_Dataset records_
##########

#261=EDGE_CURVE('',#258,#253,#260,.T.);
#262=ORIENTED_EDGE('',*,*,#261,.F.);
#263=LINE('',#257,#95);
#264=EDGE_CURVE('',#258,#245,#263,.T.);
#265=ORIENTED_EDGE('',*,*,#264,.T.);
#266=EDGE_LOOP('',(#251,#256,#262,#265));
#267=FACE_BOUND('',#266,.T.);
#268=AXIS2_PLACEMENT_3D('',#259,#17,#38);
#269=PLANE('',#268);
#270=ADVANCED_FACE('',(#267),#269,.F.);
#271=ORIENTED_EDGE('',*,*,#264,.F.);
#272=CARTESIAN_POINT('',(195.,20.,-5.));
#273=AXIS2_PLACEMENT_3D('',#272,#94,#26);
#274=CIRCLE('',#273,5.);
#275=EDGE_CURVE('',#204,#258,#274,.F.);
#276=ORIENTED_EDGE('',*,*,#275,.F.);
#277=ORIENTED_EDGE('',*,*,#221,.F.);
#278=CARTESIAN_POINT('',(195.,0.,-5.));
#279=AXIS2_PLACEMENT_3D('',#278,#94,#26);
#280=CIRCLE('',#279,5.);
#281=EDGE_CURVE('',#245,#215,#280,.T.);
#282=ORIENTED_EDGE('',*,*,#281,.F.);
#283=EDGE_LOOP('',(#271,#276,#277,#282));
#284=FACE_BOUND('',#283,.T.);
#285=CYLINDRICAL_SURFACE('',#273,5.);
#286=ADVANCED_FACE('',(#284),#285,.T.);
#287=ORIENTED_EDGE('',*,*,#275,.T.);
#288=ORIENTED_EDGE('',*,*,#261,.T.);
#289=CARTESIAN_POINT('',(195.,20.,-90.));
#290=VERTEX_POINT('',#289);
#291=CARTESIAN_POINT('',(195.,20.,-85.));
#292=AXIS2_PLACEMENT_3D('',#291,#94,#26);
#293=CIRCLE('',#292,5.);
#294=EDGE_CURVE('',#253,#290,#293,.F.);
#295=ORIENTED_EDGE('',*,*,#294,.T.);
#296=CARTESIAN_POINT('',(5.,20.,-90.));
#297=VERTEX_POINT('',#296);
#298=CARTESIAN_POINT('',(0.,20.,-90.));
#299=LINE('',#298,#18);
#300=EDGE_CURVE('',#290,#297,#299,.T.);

##########

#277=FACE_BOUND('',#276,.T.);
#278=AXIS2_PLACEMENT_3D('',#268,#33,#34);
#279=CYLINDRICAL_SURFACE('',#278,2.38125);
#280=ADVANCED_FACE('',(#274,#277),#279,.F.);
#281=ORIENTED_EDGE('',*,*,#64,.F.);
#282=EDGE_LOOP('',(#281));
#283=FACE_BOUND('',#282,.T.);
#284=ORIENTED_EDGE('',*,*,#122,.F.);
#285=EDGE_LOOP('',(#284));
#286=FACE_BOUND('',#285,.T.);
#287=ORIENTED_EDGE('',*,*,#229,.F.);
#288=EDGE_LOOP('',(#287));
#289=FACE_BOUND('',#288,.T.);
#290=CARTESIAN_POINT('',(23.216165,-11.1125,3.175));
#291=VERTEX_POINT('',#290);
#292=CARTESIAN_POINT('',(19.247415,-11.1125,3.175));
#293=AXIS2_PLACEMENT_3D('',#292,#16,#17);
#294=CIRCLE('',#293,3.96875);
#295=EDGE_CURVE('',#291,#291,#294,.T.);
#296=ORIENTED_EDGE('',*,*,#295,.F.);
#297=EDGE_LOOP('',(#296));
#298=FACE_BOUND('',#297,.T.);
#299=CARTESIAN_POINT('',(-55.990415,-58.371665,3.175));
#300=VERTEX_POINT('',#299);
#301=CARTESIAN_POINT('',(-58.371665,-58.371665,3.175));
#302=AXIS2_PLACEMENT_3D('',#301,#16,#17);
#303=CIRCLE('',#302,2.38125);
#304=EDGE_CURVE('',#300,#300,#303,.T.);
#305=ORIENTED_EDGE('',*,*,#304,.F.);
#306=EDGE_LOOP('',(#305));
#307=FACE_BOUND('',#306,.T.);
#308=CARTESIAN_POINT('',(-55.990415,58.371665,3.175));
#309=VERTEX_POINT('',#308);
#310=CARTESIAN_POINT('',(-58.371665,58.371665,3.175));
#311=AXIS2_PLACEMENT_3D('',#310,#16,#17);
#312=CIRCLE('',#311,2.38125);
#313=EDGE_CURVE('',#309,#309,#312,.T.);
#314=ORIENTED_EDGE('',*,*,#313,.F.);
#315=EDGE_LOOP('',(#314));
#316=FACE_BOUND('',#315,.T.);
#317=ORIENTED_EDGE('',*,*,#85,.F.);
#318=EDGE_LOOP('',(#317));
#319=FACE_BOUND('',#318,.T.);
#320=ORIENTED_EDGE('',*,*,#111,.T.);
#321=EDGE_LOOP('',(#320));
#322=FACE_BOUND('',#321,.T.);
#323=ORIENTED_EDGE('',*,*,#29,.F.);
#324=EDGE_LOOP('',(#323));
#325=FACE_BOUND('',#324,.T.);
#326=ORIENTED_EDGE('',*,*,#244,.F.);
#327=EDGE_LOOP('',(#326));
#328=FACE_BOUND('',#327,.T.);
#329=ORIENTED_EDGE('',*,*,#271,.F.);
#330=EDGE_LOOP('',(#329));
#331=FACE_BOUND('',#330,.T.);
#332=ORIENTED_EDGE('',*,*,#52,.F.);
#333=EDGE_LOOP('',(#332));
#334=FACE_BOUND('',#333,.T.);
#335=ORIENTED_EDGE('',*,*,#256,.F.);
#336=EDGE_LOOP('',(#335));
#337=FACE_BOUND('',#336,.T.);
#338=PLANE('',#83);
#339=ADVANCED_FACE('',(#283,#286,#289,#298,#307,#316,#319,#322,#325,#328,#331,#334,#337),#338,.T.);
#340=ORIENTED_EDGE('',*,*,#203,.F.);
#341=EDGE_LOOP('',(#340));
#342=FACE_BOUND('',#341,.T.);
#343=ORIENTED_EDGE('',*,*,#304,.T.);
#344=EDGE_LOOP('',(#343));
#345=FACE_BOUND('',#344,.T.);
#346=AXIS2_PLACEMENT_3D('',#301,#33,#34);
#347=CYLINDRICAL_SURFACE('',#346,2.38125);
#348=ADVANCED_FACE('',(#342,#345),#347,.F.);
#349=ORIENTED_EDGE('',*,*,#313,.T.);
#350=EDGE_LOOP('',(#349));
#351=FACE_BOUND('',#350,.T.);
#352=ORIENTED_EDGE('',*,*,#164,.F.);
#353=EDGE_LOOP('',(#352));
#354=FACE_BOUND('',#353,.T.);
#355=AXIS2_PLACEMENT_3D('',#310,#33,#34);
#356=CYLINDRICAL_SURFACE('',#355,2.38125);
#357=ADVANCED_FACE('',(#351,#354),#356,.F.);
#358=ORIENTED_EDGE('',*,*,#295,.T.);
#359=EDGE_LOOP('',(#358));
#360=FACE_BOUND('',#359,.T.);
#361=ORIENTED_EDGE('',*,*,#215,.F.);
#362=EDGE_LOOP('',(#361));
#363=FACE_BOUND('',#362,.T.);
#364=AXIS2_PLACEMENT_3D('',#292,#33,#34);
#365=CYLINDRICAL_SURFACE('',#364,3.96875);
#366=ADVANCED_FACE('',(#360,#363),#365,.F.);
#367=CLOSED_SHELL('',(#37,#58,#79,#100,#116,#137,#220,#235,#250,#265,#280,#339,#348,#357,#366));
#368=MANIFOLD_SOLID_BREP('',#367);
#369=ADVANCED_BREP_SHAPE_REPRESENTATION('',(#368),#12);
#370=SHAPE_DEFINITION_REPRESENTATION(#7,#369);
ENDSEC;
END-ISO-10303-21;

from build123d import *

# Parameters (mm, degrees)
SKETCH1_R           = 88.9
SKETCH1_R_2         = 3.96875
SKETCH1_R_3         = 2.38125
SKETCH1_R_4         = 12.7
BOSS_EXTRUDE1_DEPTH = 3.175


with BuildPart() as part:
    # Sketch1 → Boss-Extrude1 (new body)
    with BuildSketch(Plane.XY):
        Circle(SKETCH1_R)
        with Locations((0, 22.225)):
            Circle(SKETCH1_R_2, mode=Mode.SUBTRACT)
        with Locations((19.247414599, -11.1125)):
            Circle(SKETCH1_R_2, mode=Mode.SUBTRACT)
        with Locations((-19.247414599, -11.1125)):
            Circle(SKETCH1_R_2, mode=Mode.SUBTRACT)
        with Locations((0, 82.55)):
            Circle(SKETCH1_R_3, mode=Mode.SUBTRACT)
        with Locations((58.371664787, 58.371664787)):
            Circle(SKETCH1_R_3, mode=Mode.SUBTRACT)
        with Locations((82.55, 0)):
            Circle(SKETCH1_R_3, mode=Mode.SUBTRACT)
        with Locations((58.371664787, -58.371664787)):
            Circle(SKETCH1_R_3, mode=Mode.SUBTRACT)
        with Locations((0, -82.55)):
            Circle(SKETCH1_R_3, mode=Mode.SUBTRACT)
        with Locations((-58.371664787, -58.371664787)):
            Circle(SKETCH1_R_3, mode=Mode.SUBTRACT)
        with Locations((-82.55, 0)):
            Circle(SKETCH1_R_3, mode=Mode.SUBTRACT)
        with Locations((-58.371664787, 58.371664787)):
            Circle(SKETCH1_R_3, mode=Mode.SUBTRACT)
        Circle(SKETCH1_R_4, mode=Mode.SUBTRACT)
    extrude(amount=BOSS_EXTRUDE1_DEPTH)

##########

_TASK TO CARRY OUT_
Your answer must be the lines above from the one containing "#295=ORIENTED_EDGE('',*,*,#294,.T.);" to the one containing "#300=EDGE_CURVE('',#290,#297,#299,.T.);", both included, restated word for word.

_RESULT OF THE TASK_
#295=ORIENTED_EDGE('',*,*,#294,.T.);
#296=CARTESIAN_POINT('',(5.,20.,-90.));
#297=VERTEX_POINT('',#296);
#298=CARTESIAN_POINT('',(0.,20.,-90.));
#299=LINE('',#298,#18);
#300=EDGE_CURVE('',#290,#297,#299,.T.);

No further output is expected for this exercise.